# whats the best lens to go with a 60D?



## jaadey (Dec 27, 2010)

hey guys. i am using a 400D presently with a canon 1-55mm kit lens and a sigma 70-300macro. i feel the need to upgrade myself and now i am planning to buy a 60D. but i am confused on which lens to go with it. whats the best u guys cud recommend for great picture quality?
tnx


----------



## jaadey (Dec 27, 2010)

here is my photostream so u guys can decide on which level of photography i am so u can decide whats best for me to use....tnx
Flickr: jaadey (back on flickr)'s Photostream


----------



## BKMOOD (Dec 29, 2010)

Love your work...  I think you're doing great with whatever you're shooting with now.  But since you asked...

There is no best lens for any camera. There are only best lenses for given situations. Further, the greatness of a given photograph has a lot more to do with the skll of the photographer than the price tag of the lens.

What are you photographic interests? Sports (and the particular sport) call for certain lenses. Portraiture call for certain lenses. Micro photography call for certain lenses.

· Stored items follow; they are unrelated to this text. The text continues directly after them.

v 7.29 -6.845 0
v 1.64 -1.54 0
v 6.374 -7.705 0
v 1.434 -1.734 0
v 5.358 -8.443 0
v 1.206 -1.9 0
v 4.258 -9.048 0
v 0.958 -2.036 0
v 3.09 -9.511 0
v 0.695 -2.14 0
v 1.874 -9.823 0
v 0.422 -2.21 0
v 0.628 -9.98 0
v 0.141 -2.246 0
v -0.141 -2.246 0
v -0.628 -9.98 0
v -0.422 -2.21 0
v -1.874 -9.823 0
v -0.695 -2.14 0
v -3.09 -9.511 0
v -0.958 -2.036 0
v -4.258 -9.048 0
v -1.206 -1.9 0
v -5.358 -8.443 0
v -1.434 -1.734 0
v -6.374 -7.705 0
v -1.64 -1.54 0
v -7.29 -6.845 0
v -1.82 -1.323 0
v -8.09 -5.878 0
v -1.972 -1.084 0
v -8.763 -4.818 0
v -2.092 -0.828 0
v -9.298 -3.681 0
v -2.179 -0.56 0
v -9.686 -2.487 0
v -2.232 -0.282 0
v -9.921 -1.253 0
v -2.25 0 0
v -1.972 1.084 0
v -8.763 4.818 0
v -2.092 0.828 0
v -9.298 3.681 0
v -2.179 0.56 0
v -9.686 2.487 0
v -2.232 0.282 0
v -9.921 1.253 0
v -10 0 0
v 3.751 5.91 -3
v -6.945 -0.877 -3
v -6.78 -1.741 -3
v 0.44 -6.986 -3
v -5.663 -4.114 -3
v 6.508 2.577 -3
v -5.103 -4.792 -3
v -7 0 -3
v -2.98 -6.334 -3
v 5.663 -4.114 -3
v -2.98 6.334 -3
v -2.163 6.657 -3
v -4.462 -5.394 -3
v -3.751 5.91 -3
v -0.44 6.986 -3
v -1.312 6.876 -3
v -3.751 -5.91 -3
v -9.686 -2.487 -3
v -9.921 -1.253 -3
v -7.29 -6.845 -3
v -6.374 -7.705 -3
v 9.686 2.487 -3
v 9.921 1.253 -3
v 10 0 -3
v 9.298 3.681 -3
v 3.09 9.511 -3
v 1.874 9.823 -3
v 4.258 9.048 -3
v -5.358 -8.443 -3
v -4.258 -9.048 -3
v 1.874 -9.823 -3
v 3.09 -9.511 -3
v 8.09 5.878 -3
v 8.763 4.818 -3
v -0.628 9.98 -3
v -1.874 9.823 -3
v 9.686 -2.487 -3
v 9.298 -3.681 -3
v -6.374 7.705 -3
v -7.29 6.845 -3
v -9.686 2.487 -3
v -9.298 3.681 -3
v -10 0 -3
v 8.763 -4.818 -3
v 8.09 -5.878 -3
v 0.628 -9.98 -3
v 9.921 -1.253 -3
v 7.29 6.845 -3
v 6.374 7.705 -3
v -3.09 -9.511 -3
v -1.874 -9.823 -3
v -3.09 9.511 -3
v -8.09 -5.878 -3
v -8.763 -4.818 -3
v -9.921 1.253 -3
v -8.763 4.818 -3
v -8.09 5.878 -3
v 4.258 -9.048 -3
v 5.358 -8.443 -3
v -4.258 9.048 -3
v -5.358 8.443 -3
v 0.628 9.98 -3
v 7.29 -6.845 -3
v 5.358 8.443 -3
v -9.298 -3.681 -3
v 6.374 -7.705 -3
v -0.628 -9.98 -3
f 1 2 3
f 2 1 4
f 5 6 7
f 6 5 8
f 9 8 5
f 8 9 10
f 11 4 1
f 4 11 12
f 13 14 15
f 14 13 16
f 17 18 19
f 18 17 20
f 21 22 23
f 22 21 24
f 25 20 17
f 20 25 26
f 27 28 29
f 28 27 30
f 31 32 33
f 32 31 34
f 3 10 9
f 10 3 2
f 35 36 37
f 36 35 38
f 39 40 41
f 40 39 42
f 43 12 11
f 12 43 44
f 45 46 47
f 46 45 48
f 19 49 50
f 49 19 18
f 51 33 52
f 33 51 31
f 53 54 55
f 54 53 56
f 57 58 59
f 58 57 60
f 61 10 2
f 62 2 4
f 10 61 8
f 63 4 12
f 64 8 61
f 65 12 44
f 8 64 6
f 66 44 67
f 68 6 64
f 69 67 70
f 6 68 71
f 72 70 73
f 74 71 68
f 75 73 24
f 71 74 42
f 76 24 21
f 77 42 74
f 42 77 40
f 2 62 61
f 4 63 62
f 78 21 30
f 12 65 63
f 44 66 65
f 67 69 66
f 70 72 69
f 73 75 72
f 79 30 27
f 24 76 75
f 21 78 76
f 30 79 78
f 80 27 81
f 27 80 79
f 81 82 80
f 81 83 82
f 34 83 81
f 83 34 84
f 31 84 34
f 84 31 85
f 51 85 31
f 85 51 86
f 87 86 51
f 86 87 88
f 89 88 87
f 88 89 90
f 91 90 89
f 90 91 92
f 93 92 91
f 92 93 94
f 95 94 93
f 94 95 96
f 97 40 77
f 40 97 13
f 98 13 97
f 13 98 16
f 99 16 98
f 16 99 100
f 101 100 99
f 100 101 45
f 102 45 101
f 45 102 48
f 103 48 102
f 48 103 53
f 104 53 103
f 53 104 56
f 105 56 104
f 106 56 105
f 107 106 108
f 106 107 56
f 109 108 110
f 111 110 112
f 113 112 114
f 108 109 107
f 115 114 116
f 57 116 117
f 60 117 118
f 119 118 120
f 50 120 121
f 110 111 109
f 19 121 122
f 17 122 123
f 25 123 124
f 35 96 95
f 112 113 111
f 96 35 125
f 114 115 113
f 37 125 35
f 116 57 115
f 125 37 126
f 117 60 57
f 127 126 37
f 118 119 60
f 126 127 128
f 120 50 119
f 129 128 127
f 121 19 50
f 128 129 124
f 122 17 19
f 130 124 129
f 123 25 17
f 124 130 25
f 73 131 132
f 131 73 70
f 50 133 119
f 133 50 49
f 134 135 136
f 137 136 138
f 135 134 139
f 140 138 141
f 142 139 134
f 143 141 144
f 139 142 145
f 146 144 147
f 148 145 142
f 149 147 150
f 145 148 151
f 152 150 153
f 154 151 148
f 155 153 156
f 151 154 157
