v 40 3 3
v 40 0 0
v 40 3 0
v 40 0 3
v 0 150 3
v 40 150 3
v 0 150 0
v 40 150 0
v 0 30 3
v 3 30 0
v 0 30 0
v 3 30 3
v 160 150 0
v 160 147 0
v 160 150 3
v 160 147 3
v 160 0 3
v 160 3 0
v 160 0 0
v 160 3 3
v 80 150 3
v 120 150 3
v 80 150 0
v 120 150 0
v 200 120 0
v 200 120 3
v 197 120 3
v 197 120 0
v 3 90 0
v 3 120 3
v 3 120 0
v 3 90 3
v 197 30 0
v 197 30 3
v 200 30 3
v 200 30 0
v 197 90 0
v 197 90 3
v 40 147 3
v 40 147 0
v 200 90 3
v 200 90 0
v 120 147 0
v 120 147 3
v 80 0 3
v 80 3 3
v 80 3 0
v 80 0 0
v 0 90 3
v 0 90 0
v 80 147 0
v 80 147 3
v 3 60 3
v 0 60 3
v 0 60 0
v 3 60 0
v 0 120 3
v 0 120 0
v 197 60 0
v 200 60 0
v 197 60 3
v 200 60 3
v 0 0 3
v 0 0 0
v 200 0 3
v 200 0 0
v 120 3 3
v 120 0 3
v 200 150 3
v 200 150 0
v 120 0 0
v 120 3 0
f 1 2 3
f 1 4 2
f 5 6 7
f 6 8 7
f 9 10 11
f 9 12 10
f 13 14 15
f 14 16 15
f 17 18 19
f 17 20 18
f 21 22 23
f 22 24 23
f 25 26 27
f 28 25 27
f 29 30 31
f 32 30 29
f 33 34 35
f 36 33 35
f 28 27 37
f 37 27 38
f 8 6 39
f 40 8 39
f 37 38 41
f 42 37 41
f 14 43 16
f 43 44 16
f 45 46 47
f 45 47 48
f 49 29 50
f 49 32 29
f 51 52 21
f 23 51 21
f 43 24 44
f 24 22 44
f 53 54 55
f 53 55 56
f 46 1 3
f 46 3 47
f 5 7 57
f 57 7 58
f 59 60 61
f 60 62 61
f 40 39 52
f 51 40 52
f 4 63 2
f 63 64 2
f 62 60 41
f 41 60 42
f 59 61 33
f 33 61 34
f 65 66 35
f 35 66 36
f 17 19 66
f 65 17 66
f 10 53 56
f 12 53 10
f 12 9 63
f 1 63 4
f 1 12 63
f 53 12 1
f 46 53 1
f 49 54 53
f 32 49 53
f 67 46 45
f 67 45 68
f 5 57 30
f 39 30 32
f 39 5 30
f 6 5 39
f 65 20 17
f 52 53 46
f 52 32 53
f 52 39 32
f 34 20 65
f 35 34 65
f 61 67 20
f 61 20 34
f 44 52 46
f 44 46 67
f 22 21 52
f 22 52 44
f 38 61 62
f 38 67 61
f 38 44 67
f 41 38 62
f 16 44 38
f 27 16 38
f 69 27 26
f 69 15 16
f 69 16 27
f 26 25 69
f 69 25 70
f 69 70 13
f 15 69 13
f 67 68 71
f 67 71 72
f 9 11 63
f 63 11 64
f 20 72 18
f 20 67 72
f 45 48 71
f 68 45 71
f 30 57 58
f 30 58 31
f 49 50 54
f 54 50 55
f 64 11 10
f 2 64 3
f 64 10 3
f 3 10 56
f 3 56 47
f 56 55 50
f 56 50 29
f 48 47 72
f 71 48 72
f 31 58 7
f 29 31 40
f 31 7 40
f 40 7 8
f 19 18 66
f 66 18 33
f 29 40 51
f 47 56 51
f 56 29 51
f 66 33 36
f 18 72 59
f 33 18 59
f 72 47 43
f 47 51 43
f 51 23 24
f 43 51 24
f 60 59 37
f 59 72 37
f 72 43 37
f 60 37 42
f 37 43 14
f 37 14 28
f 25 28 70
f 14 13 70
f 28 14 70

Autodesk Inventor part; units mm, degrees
ref_plane "YZ Plane" through (0, 0, 0) normal (1, 0, 0) x (0, 1, 0)
ref_plane "XZ Plane" through (0, 0, 0) normal (0, 1, 0) x (-1, 0, 0)
ref_plane "XY Plane" through (0, 0, 0) normal (0, 0, 1) x (1, 0, 0)
sketch "Sketch1" plane through (0, 0, 0) normal (0, 0, 1) x (1, 0, 0)
  line L0 (0, 0) -> (200, 0)
  line L1 (200, 0) -> (200, 150)
  line L2 (200, 150) -> (0, 150)
  line L3 (0, 150) -> (0, 0)
  dimension "d0" = 200
  dimension "d1" = 150
extrude "Extrusion1" add sketch "Sketch1" along normal blind 3
sketch "Sketch2" plane through (0, 0, 3) normal (0, 0, 1) x (1, 0, 0)
  line L0 (0, 0) -> (40, 0)
  line L1 (0, 0) -> (200, 0) projected
  line L2 (40, 0) -> (40, 3)
  line L3 (40, 3) -> (80, 3)
  line L4 (80, 3) -> (80, 0)
  line L5 (80, 0) -> (120, 0)
  line L6 (0, 150) -> (0, 0) projected
  line L7 (0, 75) -> (200, 75)
  line L8 (200, 0) -> (200, 150) projected
  line L9 (120, 0) -> (120, 3)
  line L10 (120, 3) -> (160, 3)
  line L11 (160, 3) -> (160, 0)
  line L12 (40, 0) -> (80, 0)
  line L13 (120, 0) -> (160, 0)
  line L14 (200, 150) -> (0, 150) projected
  line L15 (0, 150) -> (0, 120)
  line L16 (0, 120) -> (3, 120)
  line L17 (3, 120) -> (3, 90)
  line L18 (3, 90) -> (0, 90)
  line L19 (0, 90) -> (0, 60)
  line L20 (0, 60) -> (3, 60)
  line L21 (3, 60) -> (3, 30)
  line L22 (3, 30) -> (0, 30)
  line L23 (0, 30) -> (0, 0)
  line L24 (100, 150) -> (100, 0)
  line L25 (0, 60) -> (0, 30)
  line L26 (0, 120) -> (0, 90)
  line L27 (200, 120) -> (197, 120)
  line L28 (197, 120) -> (197, 90)
  line L29 (197, 90) -> (200, 90)
  line L30 (200, 90) -> (200, 60)
  line L31 (200, 60) -> (197, 60)
  line L32 (197, 60) -> (197, 30)
  line L33 (197, 30) -> (200, 30)
  line L34 (200, 60) -> (200, 30)
  line L35 (200, 120) -> (200, 90)
  line L36 (40, 150) -> (40, 147)
  line L37 (40, 147) -> (80, 147)
  line L38 (80, 147) -> (80, 150)
  line L39 (80, 150) -> (120, 150)
  line L40 (120, 150) -> (120, 147)
  line L41 (120, 147) -> (160, 147)
  line L42 (160, 147) -> (160, 150)
  line L43 (40, 150) -> (80, 150)
  line L44 (120, 150) -> (160, 150)
  dimension "d4" = 40
  dimension "d6" = 3
  dimension "d7" = 40
  dimension "d8" = 40
  dimension "d19" = 40
  dimension "d20" = 30
  dimension "d21" = 3
  dimension "d22" = 30
  dimension "d23" = 30
  dimension "d24" = 30
extrude "Extrusion2" cut sketch "Sketch2" against normal blind 3 contours L2 L3 L4 L1 | L6 L20 L21 L22 | L9 L10 L11 L1 | L6 L16 L17 L18 | L8 L33 L32 L31 | L29 L28 L27 L8 | L14 L42 L41 L40 | L38 L37 L36 L14
properties part number "TAPA"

And so forth...

If you are just shooting around, the two standards (a wide 18 to 55 and a tele 70 to 200) will get you by until you figure out what you want to do.


----------



## kundalini (Dec 29, 2010)

BKMOOD, are you a reincarnated ANDS!.  PM me if so, you have been sorely missed.


----------



## Derrel (Dec 30, 2010)

Canon 28-300mm-L series.

Amazon.com: Canon EF 28-300mm f/3.5-5.6L IS USM Lens: Camera & Photo


----------